Calculate CMRR, differential gain, or common mode gain from any two values, with V/V, ratio, and dB unit options for amplifier analysis.
CMRR Formula
CMRR, or common mode rejection ratio, compares an amplifier’s differential gain to its common mode gain. The calculator uses the ratio form as the base calculation, then converts to or from decibels when you select dB.
CMRR = A_d / A_cm
A_d = A_cm * CMRR
A_cm = A_d / CMRR
CMRR_dB = 20 * log10(CMRR)
CMRR = 10^(CMRR_dB / 20)
- CMRR = common mode rejection ratio, expressed as a plain ratio
- CMRR_dB = common mode rejection ratio in decibels
- A_d = differential gain, usually in V/V or dB
- A_cm = common mode gain, usually in V/V or dB
- log10 = base-10 logarithm
If you enter differential gain and common mode gain, the calculator finds CMRR. If you enter common mode gain and CMRR, it finds differential gain. If you enter differential gain and CMRR, it finds common mode gain. For dB inputs, the calculator converts the value to a voltage ratio first, performs the calculation, then converts the result back to the selected output unit.
Common CMRR Ranges
Higher CMRR means better rejection of signals that appear equally on both inputs, such as electrical noise or interference.
| CMRR Ratio | CMRR dB | General Interpretation |
|---|---|---|
| 100:1 | 40 dB | Low rejection for precision measurements |
| 1,000:1 | 60 dB | Moderate common mode rejection |
| 10,000:1 | 80 dB | Good rejection for many amplifier circuits |
| 100,000:1 | 100 dB | High rejection, common in precision instrumentation amplifiers |
| 1,000,000:1 | 120 dB | Very high rejection for demanding measurement circuits |
CMRR Examples
Example 1: Calculate CMRR from two gains
You have a differential gain of 10,000 V/V and a common mode gain of 1 V/V.
CMRR = A_d / A_cm
CMRR = 10000 / 1 = 10000
CMRR_dB = 20 * log10(10000) = 80 dB
The CMRR is 10,000:1, or 80 dB.
Example 2: Calculate common mode gain
You have a differential gain of 2,000 V/V and a CMRR of 100 dB.

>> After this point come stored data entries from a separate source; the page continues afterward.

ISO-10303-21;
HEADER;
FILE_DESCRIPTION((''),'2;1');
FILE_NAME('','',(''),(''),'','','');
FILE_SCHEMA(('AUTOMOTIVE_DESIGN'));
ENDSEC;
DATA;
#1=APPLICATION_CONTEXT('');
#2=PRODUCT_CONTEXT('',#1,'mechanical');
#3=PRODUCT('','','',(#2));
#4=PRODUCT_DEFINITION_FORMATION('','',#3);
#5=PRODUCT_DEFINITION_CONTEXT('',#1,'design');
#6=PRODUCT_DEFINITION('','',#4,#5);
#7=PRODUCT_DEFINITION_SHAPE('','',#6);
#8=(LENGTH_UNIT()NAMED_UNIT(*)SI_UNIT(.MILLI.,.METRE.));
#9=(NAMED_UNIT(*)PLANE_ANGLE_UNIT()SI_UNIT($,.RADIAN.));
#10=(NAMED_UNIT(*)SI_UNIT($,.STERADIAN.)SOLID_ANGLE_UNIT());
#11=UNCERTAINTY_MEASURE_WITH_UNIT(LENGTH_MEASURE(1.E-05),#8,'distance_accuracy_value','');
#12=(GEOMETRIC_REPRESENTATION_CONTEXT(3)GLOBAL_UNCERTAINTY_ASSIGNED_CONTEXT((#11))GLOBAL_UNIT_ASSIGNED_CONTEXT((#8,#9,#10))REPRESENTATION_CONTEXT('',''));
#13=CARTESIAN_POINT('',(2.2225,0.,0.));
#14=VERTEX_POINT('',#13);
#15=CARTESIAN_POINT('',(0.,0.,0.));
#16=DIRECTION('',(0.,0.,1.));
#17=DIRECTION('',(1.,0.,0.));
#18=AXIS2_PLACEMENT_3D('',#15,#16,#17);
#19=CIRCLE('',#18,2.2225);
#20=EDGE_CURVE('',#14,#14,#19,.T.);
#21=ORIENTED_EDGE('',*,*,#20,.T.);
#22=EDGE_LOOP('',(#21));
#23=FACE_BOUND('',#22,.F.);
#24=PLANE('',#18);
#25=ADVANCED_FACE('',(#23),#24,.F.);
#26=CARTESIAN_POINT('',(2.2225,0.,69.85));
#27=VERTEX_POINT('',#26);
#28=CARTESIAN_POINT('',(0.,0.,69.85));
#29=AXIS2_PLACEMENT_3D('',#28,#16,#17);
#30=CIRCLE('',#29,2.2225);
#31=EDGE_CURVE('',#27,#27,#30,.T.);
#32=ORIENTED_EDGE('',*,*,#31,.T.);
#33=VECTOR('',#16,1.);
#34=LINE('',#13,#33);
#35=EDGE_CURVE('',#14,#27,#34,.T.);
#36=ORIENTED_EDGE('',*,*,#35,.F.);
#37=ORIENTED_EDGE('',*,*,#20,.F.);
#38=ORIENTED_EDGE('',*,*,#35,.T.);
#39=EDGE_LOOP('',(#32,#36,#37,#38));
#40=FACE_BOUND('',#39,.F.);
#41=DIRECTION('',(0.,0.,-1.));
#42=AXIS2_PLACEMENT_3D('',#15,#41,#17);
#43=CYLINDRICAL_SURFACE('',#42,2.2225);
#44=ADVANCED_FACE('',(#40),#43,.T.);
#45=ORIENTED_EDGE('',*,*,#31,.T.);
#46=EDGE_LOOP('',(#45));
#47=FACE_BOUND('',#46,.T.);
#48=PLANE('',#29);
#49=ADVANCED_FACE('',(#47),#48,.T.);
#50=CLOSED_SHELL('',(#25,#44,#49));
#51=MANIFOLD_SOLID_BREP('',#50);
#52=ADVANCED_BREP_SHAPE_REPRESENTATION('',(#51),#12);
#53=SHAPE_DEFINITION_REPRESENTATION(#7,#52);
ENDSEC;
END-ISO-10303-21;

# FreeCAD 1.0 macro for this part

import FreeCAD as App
import Part
import Sketcher
from FreeCAD import Vector
Q = App.Units.Quantity

doc = App.newDocument("Part")
body = doc.addObject("PartDesign::Body", "Body")

# Sketch on XY plane
sketch1 = body.newObject("Sketcher::SketchObject", "Sketch")
sketch1.AttachmentSupport = (doc.getObject("XY_Plane"), [""])
sketch1.MapMode = "FlatFace"
sketch1.addGeometry(Part.Circle(Vector(0, 0, 0), Vector(0, 0, 1), 2.2), False)
sketch1.addConstraint([
    Sketcher.Constraint("Coincident", 0, 3, -1, 1),
    Sketcher.Constraint("Diameter", 0, Q("0.175 in")),
])
pad1 = body.newObject("PartDesign::Pad", "Pad")
pad1.Profile = sketch1
pad1.Length = Q("2.75 in")

doc.recompute()
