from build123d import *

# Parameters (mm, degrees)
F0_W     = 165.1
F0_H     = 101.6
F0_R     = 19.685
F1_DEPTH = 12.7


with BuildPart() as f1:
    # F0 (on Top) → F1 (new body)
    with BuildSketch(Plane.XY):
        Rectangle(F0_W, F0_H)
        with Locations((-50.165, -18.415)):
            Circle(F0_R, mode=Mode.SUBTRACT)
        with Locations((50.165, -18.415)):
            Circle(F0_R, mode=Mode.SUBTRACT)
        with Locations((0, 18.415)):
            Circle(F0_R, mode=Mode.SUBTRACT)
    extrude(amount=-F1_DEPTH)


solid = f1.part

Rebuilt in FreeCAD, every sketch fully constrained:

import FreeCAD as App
import Part
import Sketcher
from FreeCAD import Vector
Q = App.Units.Quantity

doc = App.newDocument("Part")
body = doc.addObject("PartDesign::Body", "Body")

# Sketch on XY plane
sketch1 = doc.addObject("Sketcher::SketchObject", "Sketch")
body.addObject(sketch1)
sketch1.AttachmentSupport = (doc.XY_Plane, [""])
sketch1.MapMode = "FlatFace"
sketch1.addGeometry([
    Part.LineSegment(Vector(-82.55, 50.8, 0), Vector(-82.55, -50.8, 0)),  # 0
    Part.LineSegment(Vector(-82.55, -50.8, 0), Vector(82.55, -50.8, 0)),  # 1
    Part.LineSegment(Vector(82.55, -50.8, 0), Vector(82.55, 50.8, 0)),  # 2
    Part.LineSegment(Vector(82.55, 50.8, 0), Vector(-82.55, 50.8, 0)),  # 3
    Part.Circle(Vector(-50.165, -18.415, 0), Vector(0, 0, 1), 19.685),  # 4
    Part.Circle(Vector(50.165, -18.415, 0), Vector(0, 0, 1), 19.685),  # 5
    Part.Circle(Vector(0, 18.415, 0), Vector(0, 0, 1), 19.685),  # 6
], False)
sketch1.addConstraint([
    Sketcher.Constraint("Coincident", 0, 2, 1, 1),
    Sketcher.Constraint("Coincident", 1, 2, 2, 1),
    Sketcher.Constraint("Coincident", 2, 2, 3, 1),
    Sketcher.Constraint("Coincident", 3, 2, 0, 1),
    Sketcher.Constraint("Vertical", 0),
    Sketcher.Constraint("Horizontal", 1),
    Sketcher.Constraint("Vertical", 2),
    Sketcher.Constraint("Horizontal", 3),
    Sketcher.Constraint("Equal", 4, 5),
    Sketcher.Constraint("Equal", 5, 6),
    Sketcher.Constraint("Symmetric", 0, 2, 2, 2, -1, 1),
    Sketcher.Constraint("Symmetric", 4, 3, 5, 3, -2),
    Sketcher.Constraint("PointOnObject", 6, 3, -2),
    Sketcher.Constraint("Diameter", 4, Q("1.55 in")),
    Sketcher.Constraint("DistanceY", 0, 2, 0, 1, Q("4 in")),
    Sketcher.Constraint("DistanceX", 1, 1, 1, 2, Q("6.5 in")),
    Sketcher.Constraint("DistanceX", 4, 3, 5, 3, Q("3.95 in")),
    Sketcher.Constraint("DistanceY", 4, 3, 6, 3, Q("1.45 in")),
    Sketcher.Constraint("DistanceY", 4, 3, -1, 1, Q("0.725 in")),
])
pad1 = doc.addObject("PartDesign::Pad", "Pad")
body.addObject(pad1)
pad1.Profile = sketch1
pad1.Length = Q("0.5 in")
pad1.Reversed = True

doc.recompute()
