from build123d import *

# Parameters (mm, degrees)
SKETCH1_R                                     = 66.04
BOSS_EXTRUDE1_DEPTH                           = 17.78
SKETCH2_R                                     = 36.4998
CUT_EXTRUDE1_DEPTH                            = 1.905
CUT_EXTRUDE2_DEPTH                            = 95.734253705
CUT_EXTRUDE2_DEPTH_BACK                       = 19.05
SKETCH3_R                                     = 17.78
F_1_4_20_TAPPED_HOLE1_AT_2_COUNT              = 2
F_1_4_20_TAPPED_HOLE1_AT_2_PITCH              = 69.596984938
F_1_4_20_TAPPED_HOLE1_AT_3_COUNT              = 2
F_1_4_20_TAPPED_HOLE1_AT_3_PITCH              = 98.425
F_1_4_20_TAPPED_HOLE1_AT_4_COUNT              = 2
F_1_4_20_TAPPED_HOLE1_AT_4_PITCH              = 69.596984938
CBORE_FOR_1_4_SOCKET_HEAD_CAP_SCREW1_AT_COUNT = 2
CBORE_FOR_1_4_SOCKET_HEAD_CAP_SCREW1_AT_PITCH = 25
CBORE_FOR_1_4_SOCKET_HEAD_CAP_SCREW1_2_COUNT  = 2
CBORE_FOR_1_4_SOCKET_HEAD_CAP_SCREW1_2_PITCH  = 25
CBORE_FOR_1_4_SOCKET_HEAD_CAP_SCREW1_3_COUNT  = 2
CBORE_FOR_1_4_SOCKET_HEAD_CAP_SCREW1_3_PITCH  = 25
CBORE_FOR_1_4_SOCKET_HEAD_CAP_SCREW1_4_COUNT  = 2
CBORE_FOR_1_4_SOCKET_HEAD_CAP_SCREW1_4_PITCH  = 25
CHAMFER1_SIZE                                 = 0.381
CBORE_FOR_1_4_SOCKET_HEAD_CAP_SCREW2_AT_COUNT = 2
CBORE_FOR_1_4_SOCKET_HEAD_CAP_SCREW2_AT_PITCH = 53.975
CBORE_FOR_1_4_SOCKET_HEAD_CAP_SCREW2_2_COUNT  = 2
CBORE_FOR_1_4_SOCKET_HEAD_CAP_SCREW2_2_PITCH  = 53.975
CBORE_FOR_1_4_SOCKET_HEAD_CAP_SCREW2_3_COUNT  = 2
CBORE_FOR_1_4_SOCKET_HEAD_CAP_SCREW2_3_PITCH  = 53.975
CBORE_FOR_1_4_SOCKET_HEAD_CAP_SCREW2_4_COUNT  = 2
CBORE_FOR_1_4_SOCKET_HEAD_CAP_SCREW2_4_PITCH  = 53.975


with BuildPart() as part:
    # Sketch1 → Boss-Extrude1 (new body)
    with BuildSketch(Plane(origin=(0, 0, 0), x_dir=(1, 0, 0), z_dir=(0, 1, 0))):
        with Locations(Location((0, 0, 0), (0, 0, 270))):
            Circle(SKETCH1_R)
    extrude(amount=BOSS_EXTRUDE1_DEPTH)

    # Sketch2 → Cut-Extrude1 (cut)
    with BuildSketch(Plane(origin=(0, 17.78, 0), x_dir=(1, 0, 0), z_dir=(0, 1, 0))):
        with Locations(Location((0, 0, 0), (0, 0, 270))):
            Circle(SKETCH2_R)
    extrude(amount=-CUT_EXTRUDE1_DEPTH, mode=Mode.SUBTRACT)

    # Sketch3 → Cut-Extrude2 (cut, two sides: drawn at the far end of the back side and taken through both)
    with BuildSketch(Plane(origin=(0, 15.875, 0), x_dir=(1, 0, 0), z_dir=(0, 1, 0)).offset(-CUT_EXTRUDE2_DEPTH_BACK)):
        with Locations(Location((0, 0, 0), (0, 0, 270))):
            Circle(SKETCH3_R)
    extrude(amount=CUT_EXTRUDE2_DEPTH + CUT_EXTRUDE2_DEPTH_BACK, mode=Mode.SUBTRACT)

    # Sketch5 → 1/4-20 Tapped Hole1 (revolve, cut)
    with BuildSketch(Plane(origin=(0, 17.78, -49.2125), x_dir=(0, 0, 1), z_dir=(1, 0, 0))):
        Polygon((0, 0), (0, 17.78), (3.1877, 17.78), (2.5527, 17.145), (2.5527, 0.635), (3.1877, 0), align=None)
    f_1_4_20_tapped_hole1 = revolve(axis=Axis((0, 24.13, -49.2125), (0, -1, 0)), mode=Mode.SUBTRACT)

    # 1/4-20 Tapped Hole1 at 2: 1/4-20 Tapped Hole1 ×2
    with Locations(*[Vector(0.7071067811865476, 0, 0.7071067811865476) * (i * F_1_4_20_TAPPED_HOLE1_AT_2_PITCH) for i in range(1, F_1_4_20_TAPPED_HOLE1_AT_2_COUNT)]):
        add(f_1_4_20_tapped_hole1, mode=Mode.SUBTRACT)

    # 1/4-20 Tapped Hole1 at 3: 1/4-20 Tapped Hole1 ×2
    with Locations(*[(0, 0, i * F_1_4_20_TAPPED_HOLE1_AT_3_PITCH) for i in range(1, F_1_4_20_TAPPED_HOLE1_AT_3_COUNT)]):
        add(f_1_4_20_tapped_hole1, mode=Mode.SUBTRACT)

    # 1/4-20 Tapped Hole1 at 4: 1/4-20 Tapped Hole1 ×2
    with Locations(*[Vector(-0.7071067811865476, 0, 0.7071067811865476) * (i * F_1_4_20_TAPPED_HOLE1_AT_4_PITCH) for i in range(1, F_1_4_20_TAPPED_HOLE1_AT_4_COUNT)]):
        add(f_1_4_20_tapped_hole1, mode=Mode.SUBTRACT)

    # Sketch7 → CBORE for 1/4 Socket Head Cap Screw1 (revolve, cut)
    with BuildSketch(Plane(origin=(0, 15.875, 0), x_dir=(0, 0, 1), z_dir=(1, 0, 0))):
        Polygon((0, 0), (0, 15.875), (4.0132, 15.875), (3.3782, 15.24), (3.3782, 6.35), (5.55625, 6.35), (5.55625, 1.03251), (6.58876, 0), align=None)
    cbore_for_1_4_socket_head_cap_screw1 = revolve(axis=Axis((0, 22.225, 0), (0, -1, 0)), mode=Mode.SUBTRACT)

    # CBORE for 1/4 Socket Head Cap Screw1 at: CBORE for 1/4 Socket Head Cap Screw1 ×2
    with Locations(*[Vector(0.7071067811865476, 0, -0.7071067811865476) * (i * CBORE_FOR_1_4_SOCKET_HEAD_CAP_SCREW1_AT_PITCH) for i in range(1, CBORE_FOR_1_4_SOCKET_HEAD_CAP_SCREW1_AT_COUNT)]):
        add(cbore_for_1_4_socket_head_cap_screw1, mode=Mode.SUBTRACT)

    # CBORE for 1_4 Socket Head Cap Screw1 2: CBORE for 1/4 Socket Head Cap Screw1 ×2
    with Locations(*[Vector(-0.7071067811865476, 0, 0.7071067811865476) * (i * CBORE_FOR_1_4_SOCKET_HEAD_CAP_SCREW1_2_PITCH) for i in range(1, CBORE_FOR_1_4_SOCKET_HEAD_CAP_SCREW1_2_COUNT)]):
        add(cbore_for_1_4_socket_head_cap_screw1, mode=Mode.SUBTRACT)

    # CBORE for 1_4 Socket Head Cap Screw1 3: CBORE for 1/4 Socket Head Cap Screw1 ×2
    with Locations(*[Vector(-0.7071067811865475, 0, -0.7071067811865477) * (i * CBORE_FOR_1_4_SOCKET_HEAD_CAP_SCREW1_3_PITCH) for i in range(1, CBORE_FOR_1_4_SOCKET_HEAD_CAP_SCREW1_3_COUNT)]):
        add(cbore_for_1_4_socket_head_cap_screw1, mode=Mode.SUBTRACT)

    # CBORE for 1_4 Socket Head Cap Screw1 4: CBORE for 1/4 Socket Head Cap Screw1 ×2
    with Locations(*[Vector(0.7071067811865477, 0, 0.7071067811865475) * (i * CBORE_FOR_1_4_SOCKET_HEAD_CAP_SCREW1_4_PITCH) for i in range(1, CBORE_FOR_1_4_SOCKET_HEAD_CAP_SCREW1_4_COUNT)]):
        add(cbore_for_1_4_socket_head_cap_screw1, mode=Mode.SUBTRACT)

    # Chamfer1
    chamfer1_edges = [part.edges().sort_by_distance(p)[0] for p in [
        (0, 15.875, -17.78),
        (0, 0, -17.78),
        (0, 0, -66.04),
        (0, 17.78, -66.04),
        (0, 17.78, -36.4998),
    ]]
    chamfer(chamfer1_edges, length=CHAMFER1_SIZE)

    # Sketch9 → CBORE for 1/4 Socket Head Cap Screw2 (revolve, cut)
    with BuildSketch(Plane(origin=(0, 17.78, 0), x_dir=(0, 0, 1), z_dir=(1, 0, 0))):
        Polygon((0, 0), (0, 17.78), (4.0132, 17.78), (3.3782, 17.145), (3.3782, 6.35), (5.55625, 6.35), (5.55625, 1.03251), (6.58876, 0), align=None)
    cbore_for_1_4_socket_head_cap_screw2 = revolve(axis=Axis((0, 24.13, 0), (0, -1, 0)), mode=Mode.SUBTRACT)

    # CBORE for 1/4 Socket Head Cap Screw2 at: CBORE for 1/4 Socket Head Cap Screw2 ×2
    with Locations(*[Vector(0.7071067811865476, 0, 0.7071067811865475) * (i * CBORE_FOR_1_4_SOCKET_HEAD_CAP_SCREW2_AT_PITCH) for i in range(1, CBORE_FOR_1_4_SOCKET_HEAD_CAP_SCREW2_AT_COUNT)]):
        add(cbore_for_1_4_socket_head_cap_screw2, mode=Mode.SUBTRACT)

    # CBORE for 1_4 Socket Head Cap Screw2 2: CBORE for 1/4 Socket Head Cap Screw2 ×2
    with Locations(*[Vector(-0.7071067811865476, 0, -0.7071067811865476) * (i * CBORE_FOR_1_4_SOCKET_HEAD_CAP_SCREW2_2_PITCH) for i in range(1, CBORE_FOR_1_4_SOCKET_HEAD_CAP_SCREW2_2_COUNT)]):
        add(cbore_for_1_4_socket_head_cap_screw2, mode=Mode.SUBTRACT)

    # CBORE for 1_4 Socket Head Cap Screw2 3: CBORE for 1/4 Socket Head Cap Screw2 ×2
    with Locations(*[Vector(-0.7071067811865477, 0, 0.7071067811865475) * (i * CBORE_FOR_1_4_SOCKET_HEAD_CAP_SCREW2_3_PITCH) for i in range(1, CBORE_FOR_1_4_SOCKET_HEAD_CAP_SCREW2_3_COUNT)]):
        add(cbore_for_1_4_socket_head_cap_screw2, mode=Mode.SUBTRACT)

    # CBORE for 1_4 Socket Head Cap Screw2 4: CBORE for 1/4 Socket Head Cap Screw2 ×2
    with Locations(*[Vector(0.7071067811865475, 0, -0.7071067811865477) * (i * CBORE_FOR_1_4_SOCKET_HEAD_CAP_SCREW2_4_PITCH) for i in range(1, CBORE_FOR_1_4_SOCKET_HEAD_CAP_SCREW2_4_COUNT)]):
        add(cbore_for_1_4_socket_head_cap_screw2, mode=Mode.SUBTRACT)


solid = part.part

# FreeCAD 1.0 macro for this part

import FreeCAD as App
import Part
import Sketcher
from FreeCAD import Vector
Q = App.Units.Quantity


def edges_at(feature, points):
    """Names of the edges that pass closest to the given points."""
    edges = feature.Shape.Edges
    near = lambda p: min(range(len(edges)), key=lambda i: edges[i].distToShape(Part.Vertex(*p))[0])
    return sorted({f"Edge{near(p) + 1}" for p in points})


def add_polygon(sketch, points):
    """Adds a closed chain of lines whose ends are joined by coincident constraints."""
    first, n = sketch.GeometryCount, len(points)
    for a, b in zip(points, points[1:] + points[:1]):
        sketch.addGeometry(Part.LineSegment(App.Vector(*a, 0), App.Vector(*b, 0)), False)
    for i in range(n):
        sketch.addConstraint(Sketcher.Constraint("Coincident", first + i, 2, first + (i + 1) % n, 1))

doc = App.newDocument("Part")
body = doc.addObject("PartDesign::Body", "Body")

# Sketch on XZ plane
sketch1 = body.newObject("Sketcher::SketchObject", "Sketch")
sketch1.AttachmentSupport = (doc.getObject("XZ_Plane"), [""])
sketch1.MapMode = "FlatFace"
sketch1.addGeometry(Part.Circle(Vector(0, 0, 0), Vector(0, 0, 1), 66), False)
sketch1.addConstraint([
    Sketcher.Constraint("Coincident", 0, 3, -1, 1),
    Sketcher.Constraint("Diameter", 0, Q("5.2 in")),
])
pad1 = body.newObject("PartDesign::Pad", "Pad")
pad1.Profile = sketch1
pad1.Length = Q("0.7 in")
pad1.Reversed = True

# Sketch on XZ plane
sketch2 = body.newObject("Sketcher::SketchObject", "Sketch001")
sketch2.AttachmentSupport = (doc.getObject("XZ_Plane"), [""])
sketch2.MapMode = "FlatFace"
sketch2.AttachmentOffset = App.Placement(Vector(0, 0, -0.7 * 25.4), App.Rotation())
sketch2.addGeometry(Part.Circle(Vector(0, 0, 0), Vector(0, 0, 1), 36), False)
sketch2.addConstraint([
    Sketcher.Constraint("Coincident", 0, 3, -1, 1),
    Sketcher.Constraint("Diameter", 0, Q("2.874 in")),
])
pocket1 = body.newObject("PartDesign::Pocket", "Pocket")
pocket1.Profile = sketch2
pocket1.Length = Q("0.075 in")
pocket1.Reversed = True

# Sketch on XZ plane
sketch3 = body.newObject("Sketcher::SketchObject", "Sketch002")
sketch3.AttachmentSupport = (doc.getObject("XZ_Plane"), [""])
sketch3.MapMode = "FlatFace"
sketch3.AttachmentOffset = App.Placement(Vector(0, 0, -0.625 * 25.4), App.Rotation())
sketch3.addGeometry(Part.Circle(Vector(0, 0, 0), Vector(0, 0, 1), 18), False)
sketch3.addConstraint([
    Sketcher.Constraint("Coincident", 0, 3, -1, 1),
    Sketcher.Constraint("Diameter", 0, Q("1.4 in")),
])
pocket2 = body.newObject("PartDesign::Pocket", "Pocket001")
pocket2.Profile = sketch3
pocket2.Type = "ThroughAll"
pocket2.Midplane = True

# Sketch on YZ plane
sketch4 = body.newObject("Sketcher::SketchObject", "Sketch003")
sketch4.AttachmentSupport = (doc.getObject("YZ_Plane"), [""])
sketch4.MapMode = "FlatFace"
add_polygon(sketch4, [(0, -49.2), (17.8, -49.2), (17.8, -46), (17.1, -46.7), (0.6, -46.7), (0, -46)])  # lines 0-5
sketch4.addGeometry(Part.LineSegment(Vector(17.8, -49.2, 0), Vector(0, -49.2, 0)), True)  # axis
sketch4.addConstraint([
    Sketcher.Constraint("Horizontal", 0),
    Sketcher.Constraint("Vertical", 1),
    Sketcher.Constraint("Horizontal", 3),
    Sketcher.Constraint("Vertical", 5),
    Sketcher.Constraint("Horizontal", 6),
    Sketcher.Constraint("Coincident", 6, 1, 0, 2),
    Sketcher.Constraint("PointOnObject", 4, 2, -2),
    Sketcher.Constraint("PointOnObject", 6, 2, -2),
    Sketcher.Constraint("Perpendicular", 2, 4),
    Sketcher.Constraint("Horizontal", 1, 2, 4, 2),
    Sketcher.Constraint("Equal", 2, 4),
    Sketcher.Constraint("DistanceX", 0, 1, 0, 2, Q("0.7 in")),
    Sketcher.Constraint("DistanceX", 3, 2, 3, 1, Q("0.65 in")),
    Sketcher.Constraint("DistanceY", 1, 1, 1, 2, Q("0.1255 in")),
    Sketcher.Constraint("DistanceY", 0, 2, -1, 1, Q("1.9375 in")),
])
groove = body.newObject("PartDesign::Groove", "Groove")
groove.Profile = sketch4
groove.ReferenceAxis = (sketch4, ["Axis0"])
groove.Angle = 360
doc.recompute()

datumline = body.newObject("PartDesign::Line", "DatumLine")
datumline.Placement = App.Placement(Vector(0, 0, 0), App.Rotation(Vector(0, 0, 1), Vector(0.707106781, 0, 0.707106781)))
linearpattern = body.newObject("PartDesign::LinearPattern", "LinearPattern")
linearpattern.Originals = [groove]
linearpattern.Direction = (datumline, [""])
linearpattern.Mode = "offset"
linearpattern.Offset = 69.596985
linearpattern.Occurrences = 2
body.Tip = linearpattern
doc.recompute()

linearpattern2 = body.newObject("PartDesign::LinearPattern", "LinearPattern001")
linearpattern2.Originals = [groove]
linearpattern2.Direction = (doc.getObject("Z_Axis"), [""])
linearpattern2.Mode = "offset"
linearpattern2.Offset = Q("3.875 in")
linearpattern2.Occurrences = 2
body.Tip = linearpattern2
doc.recompute()

datumline2 = body.newObject("PartDesign::Line", "DatumLine001")
datumline2.Placement = App.Placement(Vector(0, 0, 0), App.Rotation(Vector(0, 0, 1), Vector(-0.707106781, 0, 0.707106781)))
linearpattern3 = body.newObject("PartDesign::LinearPattern", "LinearPattern002")
linearpattern3.Originals = [groove]
linearpattern3.Direction = (datumline2, [""])
linearpattern3.Mode = "offset"
linearpattern3.Offset = 69.596985
linearpattern3.Occurrences = 2
body.Tip = linearpattern3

CMRR = 10^(100 / 20) = 100000
A_cm = A_d / CMRR
A_cm = 2000 / 100000 = 0.02 V/V
The common mode gain is 0.02 V/V.
CMRR FAQ
What does a higher CMRR mean?
A higher CMRR means the amplifier rejects more common mode signal compared with the differential signal it is meant to amplify. In practical terms, higher CMRR helps reduce noise that appears on both inputs at the same time.
Why does the dB formula use 20 instead of 10?
CMRR is based on voltage gain ratios, so the decibel conversion uses 20 * log10(ratio). The factor 10 is used for power ratios, not voltage or amplitude ratios.
Can CMRR be calculated if common mode gain is zero?
No. The ratio formula divides by common mode gain. If common mode gain is zero, the mathematical result would be undefined or idealized as infinite rejection. For a real calculation, use a measured nonzero common mode gain.